#### [Your instructions]
Set down exactly the lines in the records below that run from the line with "#149=ORIENTED_EDGE('',*,*,#148,.T.);" to the line with "#156=ORIENTED_EDGE('',*,*,#99,.T.);", inclusive, and nothing more.

╭─ Exercise material

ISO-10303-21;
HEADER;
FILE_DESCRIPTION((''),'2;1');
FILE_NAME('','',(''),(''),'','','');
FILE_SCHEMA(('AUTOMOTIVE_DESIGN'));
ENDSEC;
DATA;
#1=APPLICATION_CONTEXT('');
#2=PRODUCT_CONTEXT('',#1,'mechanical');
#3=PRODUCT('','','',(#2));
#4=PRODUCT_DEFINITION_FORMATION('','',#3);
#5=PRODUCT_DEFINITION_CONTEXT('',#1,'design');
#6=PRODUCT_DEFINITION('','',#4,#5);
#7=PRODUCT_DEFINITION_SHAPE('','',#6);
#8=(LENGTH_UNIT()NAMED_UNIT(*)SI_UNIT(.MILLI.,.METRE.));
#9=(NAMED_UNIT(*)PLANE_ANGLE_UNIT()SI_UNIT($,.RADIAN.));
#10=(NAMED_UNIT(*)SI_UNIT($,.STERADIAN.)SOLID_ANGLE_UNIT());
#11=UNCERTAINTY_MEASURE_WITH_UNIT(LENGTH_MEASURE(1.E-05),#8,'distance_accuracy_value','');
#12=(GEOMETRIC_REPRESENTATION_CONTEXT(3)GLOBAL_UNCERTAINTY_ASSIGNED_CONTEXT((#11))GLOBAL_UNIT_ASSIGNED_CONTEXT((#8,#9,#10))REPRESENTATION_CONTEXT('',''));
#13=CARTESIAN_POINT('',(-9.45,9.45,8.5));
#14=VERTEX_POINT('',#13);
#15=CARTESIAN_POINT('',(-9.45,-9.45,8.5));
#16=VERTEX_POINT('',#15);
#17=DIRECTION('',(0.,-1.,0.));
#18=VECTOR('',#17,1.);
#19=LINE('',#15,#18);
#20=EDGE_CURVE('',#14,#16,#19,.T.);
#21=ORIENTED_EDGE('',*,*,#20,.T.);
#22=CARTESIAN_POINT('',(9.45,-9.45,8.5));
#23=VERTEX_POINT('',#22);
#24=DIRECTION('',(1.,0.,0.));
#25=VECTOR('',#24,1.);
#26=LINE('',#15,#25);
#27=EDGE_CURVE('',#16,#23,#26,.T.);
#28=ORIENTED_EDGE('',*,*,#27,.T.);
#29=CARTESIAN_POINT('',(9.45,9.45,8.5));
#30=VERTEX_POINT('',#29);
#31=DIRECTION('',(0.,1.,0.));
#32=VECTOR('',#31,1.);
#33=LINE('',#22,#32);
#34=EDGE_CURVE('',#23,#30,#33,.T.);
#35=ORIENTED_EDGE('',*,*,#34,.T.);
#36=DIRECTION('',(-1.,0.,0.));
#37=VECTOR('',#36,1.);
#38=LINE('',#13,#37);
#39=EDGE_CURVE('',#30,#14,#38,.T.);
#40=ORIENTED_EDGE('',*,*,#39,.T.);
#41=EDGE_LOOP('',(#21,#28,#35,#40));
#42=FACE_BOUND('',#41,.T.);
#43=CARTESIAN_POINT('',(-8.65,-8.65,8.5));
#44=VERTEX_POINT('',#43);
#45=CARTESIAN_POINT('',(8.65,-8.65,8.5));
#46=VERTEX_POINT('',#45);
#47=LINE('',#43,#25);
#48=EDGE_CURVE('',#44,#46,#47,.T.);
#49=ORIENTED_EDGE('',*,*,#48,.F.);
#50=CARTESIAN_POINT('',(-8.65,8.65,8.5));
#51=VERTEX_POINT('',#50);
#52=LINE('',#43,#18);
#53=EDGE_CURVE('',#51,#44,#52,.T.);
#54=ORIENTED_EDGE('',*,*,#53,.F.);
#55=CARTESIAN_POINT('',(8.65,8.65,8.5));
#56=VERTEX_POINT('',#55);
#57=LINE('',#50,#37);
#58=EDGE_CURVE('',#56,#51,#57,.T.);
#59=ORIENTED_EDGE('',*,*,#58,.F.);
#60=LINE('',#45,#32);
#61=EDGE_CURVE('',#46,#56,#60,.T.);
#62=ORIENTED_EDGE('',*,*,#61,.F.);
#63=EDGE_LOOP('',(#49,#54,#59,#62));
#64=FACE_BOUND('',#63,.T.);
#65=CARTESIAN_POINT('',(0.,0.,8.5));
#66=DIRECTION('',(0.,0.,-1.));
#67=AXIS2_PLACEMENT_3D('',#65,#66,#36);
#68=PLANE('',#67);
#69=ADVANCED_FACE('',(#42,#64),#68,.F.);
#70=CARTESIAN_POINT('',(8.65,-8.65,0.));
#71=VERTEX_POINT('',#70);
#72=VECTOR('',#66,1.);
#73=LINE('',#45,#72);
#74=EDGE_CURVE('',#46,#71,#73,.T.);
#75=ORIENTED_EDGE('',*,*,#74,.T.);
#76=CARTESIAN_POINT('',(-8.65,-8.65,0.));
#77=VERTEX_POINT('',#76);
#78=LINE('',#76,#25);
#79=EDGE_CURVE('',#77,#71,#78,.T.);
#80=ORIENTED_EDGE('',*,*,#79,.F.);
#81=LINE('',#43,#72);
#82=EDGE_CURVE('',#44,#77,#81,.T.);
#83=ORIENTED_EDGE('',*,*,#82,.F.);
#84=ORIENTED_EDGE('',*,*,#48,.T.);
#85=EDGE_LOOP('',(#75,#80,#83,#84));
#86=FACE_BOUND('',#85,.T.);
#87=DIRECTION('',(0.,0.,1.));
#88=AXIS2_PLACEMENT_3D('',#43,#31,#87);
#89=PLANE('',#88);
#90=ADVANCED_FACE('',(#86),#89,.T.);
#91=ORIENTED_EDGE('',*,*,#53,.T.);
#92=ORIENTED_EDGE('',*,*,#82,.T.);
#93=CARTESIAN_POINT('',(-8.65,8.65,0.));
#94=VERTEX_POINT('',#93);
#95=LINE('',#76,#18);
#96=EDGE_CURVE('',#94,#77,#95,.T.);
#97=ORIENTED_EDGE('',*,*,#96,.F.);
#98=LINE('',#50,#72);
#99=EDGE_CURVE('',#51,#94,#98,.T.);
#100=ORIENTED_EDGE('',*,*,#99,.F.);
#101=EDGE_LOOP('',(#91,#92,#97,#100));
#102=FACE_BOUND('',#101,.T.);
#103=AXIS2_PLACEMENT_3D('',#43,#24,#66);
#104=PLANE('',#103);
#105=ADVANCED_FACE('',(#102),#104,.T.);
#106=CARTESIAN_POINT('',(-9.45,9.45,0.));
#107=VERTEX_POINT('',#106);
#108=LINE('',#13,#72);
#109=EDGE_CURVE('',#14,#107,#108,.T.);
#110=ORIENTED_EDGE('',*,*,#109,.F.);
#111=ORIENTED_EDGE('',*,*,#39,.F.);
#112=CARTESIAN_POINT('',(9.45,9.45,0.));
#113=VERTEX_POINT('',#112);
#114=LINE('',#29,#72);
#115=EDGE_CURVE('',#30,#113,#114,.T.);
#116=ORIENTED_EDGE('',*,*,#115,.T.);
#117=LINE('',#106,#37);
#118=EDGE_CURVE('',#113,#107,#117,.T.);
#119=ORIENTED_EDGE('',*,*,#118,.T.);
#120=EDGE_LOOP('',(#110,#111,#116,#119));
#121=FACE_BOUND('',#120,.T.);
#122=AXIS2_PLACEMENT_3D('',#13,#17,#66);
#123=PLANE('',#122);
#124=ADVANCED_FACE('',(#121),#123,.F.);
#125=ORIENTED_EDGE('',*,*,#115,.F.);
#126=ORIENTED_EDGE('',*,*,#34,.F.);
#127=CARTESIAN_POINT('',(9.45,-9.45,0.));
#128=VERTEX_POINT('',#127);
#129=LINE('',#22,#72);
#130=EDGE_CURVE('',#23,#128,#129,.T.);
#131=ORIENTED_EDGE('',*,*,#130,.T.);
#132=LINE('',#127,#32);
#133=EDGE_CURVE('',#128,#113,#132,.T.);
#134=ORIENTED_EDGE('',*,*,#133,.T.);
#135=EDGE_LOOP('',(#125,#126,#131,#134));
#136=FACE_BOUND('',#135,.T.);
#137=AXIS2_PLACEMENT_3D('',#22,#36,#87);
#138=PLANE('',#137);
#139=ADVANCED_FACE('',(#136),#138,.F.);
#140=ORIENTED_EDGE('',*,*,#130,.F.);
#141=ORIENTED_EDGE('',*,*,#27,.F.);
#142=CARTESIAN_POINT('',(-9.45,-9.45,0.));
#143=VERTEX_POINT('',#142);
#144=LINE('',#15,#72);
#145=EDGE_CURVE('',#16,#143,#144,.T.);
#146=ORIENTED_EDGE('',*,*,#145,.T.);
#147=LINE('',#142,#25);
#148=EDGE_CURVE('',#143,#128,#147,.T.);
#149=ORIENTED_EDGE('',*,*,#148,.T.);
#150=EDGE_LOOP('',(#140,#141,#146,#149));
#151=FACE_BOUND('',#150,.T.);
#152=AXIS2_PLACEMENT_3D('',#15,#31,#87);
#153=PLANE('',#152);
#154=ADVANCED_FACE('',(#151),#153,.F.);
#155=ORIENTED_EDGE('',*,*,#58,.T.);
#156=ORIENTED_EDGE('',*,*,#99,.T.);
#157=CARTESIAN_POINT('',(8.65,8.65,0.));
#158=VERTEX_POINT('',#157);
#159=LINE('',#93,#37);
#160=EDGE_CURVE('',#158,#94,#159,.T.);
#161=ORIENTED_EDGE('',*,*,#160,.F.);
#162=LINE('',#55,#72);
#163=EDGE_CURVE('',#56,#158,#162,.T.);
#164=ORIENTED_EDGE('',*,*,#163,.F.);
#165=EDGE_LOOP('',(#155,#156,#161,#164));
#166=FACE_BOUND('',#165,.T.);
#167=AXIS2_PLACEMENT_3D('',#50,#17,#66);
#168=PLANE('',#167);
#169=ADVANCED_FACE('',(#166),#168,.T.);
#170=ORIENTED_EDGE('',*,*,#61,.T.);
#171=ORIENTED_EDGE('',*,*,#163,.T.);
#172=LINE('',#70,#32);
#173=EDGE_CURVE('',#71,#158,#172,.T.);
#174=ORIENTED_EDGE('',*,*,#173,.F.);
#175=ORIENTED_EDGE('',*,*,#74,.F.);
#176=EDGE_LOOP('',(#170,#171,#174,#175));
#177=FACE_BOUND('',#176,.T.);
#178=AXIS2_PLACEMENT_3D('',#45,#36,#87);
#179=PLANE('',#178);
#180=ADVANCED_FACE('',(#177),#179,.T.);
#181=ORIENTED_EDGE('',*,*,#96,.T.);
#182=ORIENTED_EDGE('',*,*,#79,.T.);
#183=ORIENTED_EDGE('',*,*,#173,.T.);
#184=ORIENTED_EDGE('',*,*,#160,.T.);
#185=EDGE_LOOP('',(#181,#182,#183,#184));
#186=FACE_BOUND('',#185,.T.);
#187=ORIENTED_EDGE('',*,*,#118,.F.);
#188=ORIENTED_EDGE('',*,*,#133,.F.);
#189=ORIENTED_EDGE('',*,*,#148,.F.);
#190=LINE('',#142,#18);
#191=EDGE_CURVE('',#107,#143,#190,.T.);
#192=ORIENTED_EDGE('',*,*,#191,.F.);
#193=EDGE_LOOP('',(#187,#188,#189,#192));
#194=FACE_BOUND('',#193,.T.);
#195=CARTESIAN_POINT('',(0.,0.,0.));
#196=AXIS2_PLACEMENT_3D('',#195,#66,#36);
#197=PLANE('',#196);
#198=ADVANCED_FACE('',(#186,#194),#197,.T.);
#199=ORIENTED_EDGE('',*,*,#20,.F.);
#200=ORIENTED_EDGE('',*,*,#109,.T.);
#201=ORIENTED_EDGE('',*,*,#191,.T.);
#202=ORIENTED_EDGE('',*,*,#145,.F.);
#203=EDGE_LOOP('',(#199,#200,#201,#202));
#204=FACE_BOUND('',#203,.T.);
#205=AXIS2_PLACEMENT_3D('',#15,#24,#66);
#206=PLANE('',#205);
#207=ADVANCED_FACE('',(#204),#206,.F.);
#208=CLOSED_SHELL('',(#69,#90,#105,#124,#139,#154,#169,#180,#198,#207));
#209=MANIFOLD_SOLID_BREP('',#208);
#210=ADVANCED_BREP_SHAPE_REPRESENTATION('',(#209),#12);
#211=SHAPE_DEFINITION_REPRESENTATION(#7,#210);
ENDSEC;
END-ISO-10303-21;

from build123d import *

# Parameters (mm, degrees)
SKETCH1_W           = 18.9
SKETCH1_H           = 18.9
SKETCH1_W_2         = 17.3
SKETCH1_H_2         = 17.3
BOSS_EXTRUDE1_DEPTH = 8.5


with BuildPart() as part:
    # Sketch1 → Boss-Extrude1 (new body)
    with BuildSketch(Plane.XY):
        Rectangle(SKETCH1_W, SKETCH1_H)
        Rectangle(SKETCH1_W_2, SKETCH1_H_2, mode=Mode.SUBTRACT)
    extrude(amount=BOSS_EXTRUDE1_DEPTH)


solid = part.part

╰─
╭─ Exercise material

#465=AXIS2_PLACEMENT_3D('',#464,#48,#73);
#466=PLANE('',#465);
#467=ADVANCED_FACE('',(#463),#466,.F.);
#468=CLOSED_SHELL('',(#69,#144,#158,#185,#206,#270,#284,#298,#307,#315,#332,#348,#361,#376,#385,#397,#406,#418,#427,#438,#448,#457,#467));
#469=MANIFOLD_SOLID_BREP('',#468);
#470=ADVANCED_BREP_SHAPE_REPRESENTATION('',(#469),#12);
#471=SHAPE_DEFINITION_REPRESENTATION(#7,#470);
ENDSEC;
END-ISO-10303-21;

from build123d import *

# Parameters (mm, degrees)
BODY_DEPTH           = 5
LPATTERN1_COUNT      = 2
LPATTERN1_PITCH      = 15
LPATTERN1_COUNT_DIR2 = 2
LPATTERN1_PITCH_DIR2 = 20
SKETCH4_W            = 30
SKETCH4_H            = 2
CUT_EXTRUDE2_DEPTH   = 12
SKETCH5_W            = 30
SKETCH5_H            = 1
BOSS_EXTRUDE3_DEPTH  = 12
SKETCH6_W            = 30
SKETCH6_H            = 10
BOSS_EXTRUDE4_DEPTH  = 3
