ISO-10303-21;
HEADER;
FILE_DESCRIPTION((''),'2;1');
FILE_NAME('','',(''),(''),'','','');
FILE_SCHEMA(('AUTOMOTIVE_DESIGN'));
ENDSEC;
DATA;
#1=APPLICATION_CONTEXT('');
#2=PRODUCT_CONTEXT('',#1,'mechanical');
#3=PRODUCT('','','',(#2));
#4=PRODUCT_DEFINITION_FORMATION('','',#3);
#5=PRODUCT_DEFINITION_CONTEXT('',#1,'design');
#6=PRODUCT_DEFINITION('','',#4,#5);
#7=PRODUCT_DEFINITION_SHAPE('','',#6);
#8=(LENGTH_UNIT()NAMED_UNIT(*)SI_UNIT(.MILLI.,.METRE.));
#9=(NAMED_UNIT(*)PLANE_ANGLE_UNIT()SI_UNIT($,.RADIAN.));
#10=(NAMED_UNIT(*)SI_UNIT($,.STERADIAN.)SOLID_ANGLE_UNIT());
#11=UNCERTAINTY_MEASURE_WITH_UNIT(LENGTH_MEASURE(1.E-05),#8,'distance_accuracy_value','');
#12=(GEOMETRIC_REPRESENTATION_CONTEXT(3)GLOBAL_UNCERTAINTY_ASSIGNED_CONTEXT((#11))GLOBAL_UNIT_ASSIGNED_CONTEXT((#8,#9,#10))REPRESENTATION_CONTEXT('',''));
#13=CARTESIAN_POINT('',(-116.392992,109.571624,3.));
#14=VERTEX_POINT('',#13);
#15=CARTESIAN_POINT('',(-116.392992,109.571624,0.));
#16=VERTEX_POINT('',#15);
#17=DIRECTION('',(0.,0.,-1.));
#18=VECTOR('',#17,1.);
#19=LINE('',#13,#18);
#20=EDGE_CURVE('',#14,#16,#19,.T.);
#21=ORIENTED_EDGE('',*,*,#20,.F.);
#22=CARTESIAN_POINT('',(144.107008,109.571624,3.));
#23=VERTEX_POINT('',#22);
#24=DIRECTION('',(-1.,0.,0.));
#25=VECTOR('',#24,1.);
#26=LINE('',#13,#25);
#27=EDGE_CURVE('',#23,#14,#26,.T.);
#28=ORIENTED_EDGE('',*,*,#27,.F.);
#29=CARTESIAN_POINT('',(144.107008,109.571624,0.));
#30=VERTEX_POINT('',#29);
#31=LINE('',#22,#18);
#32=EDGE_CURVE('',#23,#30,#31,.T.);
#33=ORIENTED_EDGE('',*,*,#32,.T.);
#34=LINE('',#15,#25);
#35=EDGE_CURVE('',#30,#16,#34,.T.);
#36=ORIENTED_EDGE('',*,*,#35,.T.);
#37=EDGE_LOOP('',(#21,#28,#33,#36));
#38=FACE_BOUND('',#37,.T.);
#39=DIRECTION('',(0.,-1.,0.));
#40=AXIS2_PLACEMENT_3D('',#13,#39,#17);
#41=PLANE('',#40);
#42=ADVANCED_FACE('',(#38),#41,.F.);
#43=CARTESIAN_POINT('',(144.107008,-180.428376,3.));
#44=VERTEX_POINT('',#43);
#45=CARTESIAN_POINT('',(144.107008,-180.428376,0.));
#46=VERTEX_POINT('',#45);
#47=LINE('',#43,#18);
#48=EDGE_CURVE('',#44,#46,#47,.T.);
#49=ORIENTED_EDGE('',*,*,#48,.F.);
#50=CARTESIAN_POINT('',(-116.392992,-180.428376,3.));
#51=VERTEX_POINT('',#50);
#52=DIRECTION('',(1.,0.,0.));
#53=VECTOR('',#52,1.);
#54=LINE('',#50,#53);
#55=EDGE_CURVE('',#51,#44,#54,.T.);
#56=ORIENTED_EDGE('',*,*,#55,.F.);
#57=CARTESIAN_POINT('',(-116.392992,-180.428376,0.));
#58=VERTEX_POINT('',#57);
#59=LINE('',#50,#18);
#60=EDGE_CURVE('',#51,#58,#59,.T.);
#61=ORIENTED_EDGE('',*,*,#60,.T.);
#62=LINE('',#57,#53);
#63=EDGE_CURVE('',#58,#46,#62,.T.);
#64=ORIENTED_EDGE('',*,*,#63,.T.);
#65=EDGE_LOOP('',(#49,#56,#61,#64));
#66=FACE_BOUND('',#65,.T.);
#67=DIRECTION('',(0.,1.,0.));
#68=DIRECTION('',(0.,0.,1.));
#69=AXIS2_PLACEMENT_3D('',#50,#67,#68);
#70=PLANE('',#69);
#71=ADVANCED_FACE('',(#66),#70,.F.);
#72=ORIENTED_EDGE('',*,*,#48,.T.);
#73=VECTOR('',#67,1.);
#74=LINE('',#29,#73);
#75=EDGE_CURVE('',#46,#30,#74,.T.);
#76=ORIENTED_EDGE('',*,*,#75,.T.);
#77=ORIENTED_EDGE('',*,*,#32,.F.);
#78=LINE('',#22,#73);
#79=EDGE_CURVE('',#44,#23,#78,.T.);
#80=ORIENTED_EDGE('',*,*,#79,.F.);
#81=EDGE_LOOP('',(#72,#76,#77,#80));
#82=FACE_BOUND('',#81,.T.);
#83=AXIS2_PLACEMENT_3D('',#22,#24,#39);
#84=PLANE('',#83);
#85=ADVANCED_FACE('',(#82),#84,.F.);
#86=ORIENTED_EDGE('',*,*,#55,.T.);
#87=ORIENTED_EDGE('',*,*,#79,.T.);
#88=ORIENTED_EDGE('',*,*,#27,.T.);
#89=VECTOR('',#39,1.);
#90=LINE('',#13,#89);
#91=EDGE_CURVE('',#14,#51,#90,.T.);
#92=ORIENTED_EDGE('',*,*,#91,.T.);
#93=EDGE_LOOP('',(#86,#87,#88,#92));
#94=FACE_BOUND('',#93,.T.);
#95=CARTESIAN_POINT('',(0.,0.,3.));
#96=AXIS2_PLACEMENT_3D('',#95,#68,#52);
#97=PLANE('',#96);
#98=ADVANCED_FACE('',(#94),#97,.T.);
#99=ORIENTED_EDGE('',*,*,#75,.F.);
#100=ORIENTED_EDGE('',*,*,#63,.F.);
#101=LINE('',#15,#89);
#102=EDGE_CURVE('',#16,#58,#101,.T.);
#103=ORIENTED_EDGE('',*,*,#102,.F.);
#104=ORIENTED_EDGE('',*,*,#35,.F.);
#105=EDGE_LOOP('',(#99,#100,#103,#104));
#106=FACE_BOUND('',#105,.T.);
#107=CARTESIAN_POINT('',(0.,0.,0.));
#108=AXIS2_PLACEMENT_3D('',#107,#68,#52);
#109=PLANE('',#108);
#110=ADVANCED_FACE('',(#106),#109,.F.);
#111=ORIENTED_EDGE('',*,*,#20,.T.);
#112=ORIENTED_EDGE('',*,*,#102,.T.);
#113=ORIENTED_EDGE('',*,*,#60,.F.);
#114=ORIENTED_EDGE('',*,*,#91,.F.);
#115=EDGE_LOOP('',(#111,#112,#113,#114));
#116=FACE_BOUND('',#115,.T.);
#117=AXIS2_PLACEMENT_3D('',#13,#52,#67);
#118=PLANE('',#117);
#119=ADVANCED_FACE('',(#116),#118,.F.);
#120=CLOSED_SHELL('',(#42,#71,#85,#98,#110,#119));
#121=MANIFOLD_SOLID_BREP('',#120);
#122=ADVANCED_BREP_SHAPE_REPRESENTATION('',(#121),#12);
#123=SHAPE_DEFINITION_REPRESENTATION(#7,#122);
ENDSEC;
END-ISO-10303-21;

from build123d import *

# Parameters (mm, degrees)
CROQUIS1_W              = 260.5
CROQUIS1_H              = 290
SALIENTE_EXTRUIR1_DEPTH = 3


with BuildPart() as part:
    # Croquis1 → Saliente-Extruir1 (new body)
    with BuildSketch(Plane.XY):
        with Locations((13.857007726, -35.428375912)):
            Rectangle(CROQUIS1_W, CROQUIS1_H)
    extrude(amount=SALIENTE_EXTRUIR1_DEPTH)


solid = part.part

╰─

#### [Written reply]
#149=ORIENTED_EDGE('',*,*,#148,.T.);
#150=EDGE_LOOP('',(#140,#141,#146,#149));
#151=FACE_BOUND('',#150,.T.);
#152=AXIS2_PLACEMENT_3D('',#15,#31,#87);
#153=PLANE('',#152);
#154=ADVANCED_FACE('',(#151),#153,.F.);
#155=ORIENTED_EDGE('',*,*,#58,.T.);
#156=ORIENTED_EDGE('',*,*,#99,.T.);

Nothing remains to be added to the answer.